= Citation analysis =

Examination of the frequency, patterns, and graphs of citations in documents

Citation analysis is the examination of the frequency, patterns, and graphs of citations in documents. It uses the directed graph of citations – links from one document to another document – to reveal properties of the documents. A typical aim would be to identify the most important documents in a collection. A classic example is that of the citations between academic articles and books. For another example, judges of law support their judgements by referring back to judgements made in earlier cases (see citation analysis in a legal context). An additional example is provided by patents which contain prior art, citation of earlier patents relevant to the current claim. The digitization of patent data and increasing computing power have led to a community of practice that uses these citation data to measure innovation attributes, trace knowledge flows, and map innovation networks.

Documents can be associated with many other features in addition to citations, such as authors, publishers, journals as well as their actual texts. The general analysis of collections of documents is known as bibliometrics and citation analysis is a key part of that field. For example, bibliographic coupling and co-citation are association measures based on citation analysis (shared citations or shared references). The citations in a collection of documents can also be represented in forms such as a citation graph, as pointed out by Derek J. de Solla Price in his 1965 article "Networks of Scientific Papers". This means that citation analysis draws on aspects of social network analysis and network science.

An early example of automated citation indexing was CiteSeer, which was used for citations between academic papers, while Web of Science is an example of a modern system which includes more than just academic books and articles reflecting a wider range of information sources. Today, automated citation indexing has changed the nature of citation analysis research, allowing millions of citations to be analyzed for large-scale patterns and knowledge discovery. Citation analysis tools can be used to compute various impact measures for scholars based on data from citation indices. (Note: Examples include subscription-based tools based on proprietary data, such as Web of Science and Scopus, and free tools based on open data, such as Scholarometer by Filippo Menczer and his team.) These have various applications, from the identification of expert referees to review papers and grant proposals, to providing transparent data in support of academic merit review, tenure, and promotion decisions. This competition for limited resources may lead to ethically questionable behavior to increase citations.

A great deal of criticism has been made of the practice of naively using citation analyses to compare the impact of different scholarly articles without taking into account other factors which may affect citation patterns. Among these criticisms, a recurrent one focuses on "field-dependent factors", which refers to the fact that citation practices vary from one area of science to another, and even between fields of research within a discipline.

==Overview==

While citation indexes were originally designed for information retrieval, they are increasingly used for bibliometrics and other studies involving research evaluation. Citation data is also the basis of the popular journal impact factor.
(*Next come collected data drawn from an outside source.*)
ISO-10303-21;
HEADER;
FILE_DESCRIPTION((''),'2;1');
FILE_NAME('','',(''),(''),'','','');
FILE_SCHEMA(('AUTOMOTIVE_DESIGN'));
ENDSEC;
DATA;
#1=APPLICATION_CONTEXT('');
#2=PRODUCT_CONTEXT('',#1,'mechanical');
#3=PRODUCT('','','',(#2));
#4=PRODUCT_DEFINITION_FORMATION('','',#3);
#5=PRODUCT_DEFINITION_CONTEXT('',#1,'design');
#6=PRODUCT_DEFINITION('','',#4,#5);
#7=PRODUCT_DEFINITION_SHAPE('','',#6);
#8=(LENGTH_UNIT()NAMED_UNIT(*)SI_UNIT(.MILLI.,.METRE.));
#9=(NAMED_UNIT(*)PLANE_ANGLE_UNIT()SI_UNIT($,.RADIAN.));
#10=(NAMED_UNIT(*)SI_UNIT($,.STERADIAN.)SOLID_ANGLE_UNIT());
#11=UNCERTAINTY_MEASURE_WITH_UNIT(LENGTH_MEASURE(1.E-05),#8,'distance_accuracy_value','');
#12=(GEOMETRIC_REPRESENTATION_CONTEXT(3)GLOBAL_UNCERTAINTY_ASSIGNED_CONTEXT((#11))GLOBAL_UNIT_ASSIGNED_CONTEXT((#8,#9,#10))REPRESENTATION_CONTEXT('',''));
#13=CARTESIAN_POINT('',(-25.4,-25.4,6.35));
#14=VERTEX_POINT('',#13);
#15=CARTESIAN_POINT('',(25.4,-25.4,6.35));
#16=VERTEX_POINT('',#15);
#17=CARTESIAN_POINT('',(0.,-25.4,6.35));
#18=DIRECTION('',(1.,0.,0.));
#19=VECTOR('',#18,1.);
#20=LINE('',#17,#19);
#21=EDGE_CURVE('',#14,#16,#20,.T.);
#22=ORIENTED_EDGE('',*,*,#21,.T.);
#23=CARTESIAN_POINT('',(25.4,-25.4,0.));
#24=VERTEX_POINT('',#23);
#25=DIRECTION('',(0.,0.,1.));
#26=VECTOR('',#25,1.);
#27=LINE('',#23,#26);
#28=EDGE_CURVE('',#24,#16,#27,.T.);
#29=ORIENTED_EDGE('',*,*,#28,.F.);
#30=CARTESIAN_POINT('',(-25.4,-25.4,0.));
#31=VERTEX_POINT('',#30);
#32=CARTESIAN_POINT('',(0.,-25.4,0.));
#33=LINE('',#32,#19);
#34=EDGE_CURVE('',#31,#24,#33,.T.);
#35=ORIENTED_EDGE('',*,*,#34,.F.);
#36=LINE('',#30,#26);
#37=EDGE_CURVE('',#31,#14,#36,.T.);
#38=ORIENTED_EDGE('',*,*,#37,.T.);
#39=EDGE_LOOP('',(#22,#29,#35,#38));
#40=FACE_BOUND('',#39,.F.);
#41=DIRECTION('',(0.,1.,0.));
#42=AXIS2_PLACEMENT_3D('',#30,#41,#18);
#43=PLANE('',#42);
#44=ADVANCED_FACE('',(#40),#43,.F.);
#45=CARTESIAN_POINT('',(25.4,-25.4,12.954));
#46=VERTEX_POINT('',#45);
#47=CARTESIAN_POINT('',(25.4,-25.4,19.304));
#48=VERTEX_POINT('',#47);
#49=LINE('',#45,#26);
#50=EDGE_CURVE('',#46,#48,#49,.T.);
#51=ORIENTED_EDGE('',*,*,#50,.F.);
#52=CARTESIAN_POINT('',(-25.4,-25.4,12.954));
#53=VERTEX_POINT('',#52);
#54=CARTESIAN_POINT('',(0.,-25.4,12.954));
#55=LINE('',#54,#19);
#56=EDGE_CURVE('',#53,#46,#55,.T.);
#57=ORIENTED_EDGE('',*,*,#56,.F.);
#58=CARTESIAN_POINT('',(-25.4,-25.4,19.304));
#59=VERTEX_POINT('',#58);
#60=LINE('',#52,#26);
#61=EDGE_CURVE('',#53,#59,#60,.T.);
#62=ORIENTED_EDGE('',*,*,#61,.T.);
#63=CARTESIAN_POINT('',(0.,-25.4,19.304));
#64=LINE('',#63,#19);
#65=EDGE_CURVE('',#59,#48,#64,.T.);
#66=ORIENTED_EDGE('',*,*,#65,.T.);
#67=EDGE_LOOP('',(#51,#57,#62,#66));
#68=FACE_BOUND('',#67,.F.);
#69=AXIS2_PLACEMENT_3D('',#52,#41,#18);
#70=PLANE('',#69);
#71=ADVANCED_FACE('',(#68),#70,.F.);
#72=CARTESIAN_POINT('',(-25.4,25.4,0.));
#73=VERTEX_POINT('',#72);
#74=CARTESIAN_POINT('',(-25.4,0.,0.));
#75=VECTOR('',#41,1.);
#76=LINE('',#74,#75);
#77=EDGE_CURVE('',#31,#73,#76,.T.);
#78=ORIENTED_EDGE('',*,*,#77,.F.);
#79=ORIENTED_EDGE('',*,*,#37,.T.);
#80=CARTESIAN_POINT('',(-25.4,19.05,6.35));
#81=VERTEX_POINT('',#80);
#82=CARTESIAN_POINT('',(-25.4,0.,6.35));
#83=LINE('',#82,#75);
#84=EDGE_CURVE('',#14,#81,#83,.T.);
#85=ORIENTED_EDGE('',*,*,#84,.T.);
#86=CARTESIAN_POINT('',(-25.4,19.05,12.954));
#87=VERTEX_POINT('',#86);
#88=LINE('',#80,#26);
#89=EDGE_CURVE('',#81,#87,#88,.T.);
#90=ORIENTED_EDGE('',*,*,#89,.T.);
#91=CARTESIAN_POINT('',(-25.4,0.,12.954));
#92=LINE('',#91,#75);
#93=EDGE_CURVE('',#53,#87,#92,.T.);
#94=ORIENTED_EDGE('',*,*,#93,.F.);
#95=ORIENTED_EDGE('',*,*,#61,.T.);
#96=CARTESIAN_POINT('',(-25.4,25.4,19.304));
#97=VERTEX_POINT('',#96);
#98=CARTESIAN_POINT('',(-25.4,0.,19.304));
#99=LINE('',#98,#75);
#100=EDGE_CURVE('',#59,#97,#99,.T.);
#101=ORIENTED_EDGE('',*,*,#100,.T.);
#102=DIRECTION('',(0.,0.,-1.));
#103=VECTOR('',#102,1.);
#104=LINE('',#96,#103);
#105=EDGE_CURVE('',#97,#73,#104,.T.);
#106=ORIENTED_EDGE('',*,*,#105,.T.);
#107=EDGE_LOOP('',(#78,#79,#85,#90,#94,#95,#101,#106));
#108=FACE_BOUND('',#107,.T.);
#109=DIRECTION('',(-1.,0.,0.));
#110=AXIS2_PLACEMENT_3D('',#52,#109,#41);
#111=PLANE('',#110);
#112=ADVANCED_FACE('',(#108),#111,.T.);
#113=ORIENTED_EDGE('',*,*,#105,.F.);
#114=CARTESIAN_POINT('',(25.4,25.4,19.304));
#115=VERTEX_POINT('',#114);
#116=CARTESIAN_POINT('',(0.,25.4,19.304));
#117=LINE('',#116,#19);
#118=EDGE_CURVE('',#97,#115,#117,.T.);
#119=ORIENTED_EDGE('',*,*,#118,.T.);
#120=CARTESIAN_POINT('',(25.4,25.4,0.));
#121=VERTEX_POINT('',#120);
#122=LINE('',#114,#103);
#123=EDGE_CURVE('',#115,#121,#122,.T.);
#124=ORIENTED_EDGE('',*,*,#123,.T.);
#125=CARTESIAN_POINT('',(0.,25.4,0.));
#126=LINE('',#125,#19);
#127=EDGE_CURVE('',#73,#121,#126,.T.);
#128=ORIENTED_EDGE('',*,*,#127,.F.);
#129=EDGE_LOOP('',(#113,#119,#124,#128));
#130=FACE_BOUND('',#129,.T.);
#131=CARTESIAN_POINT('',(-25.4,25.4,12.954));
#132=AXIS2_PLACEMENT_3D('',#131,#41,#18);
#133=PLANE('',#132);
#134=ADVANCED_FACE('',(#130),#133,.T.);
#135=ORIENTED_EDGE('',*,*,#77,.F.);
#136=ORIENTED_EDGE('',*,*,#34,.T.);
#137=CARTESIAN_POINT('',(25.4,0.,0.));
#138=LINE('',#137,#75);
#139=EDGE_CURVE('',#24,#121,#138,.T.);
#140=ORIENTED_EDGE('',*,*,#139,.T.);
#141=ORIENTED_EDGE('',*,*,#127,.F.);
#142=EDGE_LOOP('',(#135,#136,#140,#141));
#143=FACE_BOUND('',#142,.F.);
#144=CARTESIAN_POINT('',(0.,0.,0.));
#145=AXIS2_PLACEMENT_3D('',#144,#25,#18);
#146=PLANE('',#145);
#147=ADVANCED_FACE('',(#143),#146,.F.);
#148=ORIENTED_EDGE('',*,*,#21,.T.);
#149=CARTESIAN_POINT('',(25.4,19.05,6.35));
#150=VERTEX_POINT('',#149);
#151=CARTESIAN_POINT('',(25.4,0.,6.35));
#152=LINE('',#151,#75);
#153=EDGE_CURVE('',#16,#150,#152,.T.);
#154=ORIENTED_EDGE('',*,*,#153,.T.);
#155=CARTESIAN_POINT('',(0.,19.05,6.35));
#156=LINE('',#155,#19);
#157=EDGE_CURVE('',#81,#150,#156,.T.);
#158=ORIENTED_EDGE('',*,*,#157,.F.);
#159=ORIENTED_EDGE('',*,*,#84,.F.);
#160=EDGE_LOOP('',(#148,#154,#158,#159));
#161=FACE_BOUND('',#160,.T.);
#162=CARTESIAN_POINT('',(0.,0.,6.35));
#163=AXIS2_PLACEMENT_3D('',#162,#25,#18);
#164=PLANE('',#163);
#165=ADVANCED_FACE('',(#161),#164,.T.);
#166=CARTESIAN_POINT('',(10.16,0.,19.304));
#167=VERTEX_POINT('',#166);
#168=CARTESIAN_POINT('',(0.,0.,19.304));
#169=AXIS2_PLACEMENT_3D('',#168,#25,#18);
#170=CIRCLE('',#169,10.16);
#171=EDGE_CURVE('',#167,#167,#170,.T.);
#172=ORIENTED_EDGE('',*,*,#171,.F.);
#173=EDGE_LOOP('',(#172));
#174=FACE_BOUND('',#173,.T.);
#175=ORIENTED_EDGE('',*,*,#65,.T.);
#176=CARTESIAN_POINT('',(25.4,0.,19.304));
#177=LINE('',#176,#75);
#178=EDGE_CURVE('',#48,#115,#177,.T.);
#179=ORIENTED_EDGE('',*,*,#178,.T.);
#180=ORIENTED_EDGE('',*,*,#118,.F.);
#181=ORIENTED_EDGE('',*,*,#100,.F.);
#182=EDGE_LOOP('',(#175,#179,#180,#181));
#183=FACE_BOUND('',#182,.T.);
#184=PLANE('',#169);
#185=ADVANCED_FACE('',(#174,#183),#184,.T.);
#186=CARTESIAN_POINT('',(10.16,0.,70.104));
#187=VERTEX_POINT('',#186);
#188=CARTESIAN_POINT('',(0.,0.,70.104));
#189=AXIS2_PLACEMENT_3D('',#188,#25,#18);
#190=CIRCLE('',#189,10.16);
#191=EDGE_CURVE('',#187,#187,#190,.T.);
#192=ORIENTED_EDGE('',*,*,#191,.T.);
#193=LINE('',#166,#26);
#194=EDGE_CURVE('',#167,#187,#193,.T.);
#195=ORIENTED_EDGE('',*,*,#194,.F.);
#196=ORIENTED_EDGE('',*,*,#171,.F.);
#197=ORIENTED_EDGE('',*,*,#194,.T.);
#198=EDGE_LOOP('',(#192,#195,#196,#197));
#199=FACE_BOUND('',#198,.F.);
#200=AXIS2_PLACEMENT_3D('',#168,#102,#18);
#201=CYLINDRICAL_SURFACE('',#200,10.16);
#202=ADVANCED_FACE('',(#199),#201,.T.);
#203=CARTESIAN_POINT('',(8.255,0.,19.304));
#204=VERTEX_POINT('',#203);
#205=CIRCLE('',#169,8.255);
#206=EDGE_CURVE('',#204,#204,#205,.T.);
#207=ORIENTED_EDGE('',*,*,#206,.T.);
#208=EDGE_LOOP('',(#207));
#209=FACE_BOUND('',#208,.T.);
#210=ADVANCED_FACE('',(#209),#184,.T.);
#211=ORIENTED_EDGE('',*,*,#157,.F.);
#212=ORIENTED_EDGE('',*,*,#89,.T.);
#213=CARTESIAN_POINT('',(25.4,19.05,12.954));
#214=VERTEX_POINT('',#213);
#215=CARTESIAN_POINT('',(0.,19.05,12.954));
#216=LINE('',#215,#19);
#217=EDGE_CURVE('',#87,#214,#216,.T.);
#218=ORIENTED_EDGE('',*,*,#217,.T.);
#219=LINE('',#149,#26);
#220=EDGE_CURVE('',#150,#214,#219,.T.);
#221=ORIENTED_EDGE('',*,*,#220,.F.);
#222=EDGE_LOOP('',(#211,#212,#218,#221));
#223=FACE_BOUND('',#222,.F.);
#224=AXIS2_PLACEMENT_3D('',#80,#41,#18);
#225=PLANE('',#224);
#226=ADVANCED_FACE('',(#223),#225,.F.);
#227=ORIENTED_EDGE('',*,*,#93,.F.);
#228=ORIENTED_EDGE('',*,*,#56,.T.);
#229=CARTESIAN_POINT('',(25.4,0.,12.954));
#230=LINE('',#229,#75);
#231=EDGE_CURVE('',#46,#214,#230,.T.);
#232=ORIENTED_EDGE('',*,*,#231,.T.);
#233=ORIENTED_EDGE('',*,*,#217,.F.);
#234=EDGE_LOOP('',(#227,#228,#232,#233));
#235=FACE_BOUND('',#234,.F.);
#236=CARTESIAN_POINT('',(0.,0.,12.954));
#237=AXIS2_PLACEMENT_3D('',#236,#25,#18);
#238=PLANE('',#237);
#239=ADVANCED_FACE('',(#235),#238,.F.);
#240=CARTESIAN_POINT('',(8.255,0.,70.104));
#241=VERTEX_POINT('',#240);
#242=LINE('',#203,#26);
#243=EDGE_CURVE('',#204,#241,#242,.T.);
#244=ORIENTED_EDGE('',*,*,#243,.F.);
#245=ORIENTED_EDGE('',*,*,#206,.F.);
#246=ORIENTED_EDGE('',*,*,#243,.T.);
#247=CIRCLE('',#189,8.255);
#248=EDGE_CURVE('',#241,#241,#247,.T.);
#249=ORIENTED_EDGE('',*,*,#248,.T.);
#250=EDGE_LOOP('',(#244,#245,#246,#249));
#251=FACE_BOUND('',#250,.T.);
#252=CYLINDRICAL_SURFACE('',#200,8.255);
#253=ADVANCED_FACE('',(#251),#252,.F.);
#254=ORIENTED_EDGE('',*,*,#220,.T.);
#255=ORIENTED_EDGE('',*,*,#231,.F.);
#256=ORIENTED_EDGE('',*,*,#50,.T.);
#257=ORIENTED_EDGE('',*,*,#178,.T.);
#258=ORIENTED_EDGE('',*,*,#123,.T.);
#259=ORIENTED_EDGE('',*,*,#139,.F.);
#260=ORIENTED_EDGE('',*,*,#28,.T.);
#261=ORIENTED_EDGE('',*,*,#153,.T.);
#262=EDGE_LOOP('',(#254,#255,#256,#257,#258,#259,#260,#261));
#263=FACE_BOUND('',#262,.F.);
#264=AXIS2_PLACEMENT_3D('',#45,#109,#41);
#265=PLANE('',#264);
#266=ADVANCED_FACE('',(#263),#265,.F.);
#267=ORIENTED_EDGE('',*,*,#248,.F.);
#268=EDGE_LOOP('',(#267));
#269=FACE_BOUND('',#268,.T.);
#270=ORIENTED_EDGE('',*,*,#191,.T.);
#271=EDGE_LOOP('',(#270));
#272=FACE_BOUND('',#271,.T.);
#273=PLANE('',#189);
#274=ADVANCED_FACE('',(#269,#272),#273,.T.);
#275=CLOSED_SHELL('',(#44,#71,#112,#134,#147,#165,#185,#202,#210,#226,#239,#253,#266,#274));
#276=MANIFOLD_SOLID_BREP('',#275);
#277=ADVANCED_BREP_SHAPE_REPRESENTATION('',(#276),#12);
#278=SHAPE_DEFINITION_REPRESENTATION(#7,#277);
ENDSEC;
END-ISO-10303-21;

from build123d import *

# Parameters (mm, degrees)
F0_W     = 50.8
F0_H     = 50.8
F1_DEPTH = 6.35
F2_W     = 50.8
F2_H     = 6.35
F3_DEPTH = 6.604
F4_W     = 50.8
F4_H     = 50.8
F5_DEPTH = 6.35
F6_R     = 10.16
F6_R_2   = 8.255
F7_DEPTH = 50.8


with BuildPart() as f1:
    # F0 (on Top) → F1 (new body)
    with BuildSketch(Plane.XY):
        Rectangle(F0_W, F0_H)
    extrude(amount=F1_DEPTH)

    # F2 (on face) → F3 (join)
    with BuildSketch(Plane.XY.offset(6.35)):
        with Locations((0, 22.225)):
            Rectangle(F2_W, F2_H)
    extrude(amount=F3_DEPTH)

    # F4 (on face) → F5 (join)
    with BuildSketch(Plane.XY.offset(12.954)):
        Rectangle(F4_W, F4_H)
    extrude(amount=F5_DEPTH)

    # F6 (on face) → F7 (join)
    with BuildSketch(Plane.XY.offset(19.304)):
        Circle(F6_R)
        Circle(F6_R_2, mode=Mode.SUBTRACT)
    extrude(amount=F7_DEPTH)


solid = f1.part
There is a large body of literature on citation analysis, sometimes called scientometrics, a term invented by Vasily Nalimov, or more specifically bibliometrics. The field blossomed with the advent of the Science Citation Index, which now covers source literature from 1900 on. The leading journals of the field are Scientometrics, Informetrics, and the Journal of the Association for Information Science and Technology. ASIST also hosts an electronic mailing list called SIGMETRICS at ASIST. This method is undergoing a resurgence based on the wide dissemination of the Web of Science and Scopus subscription databases in many universities, and the universally available free citation tools such as CiteBase, CiteSeerX, Google Scholar, and the former Windows Live Academic (now available with extra features as Microsoft Academic). Methods of citation analysis research include qualitative, quantitative and computational approaches. The main foci of such scientometric studies have included productivity comparisons, institutional research rankings, journal rankings establishing faculty productivity and tenure standards, assessing the influence of top scholarly articles, tracing the development trajectory of a science or technology field, and developing profiles of top authors and institutions in terms of research performance.

Legal citation analysis is a citation analysis technique for analyzing legal documents to facilitate the understanding of the inter-related regulatory compliance documents by the exploration the citations that connect provisions to other provisions within the same document or between different documents. Legal citation analysis uses a citation graph extracted from a regulatory document, which could supplement E-discovery - a process that leverages on technological innovations in big data analytics.

==History==
In a 1965 paper, Derek J. de Solla Price described the inherent linking characteristic of the SCI as "Networks of Scientific Papers". The links between citing and cited papers became dynamic when the SCI began to be published online. The Social Sciences Citation Index became one of the first databases to be mounted on the Dialog system in 1972. With the advent of the CD-ROM edition, linking became even easier and enabled the use of bibliographic coupling for finding related records. In 1973, Henry Small published his classic work on Co-Citation analysis which became a self-organizing classification system that led to document clustering experiments and eventually an "Atlas of Science" later called "Research Reviews".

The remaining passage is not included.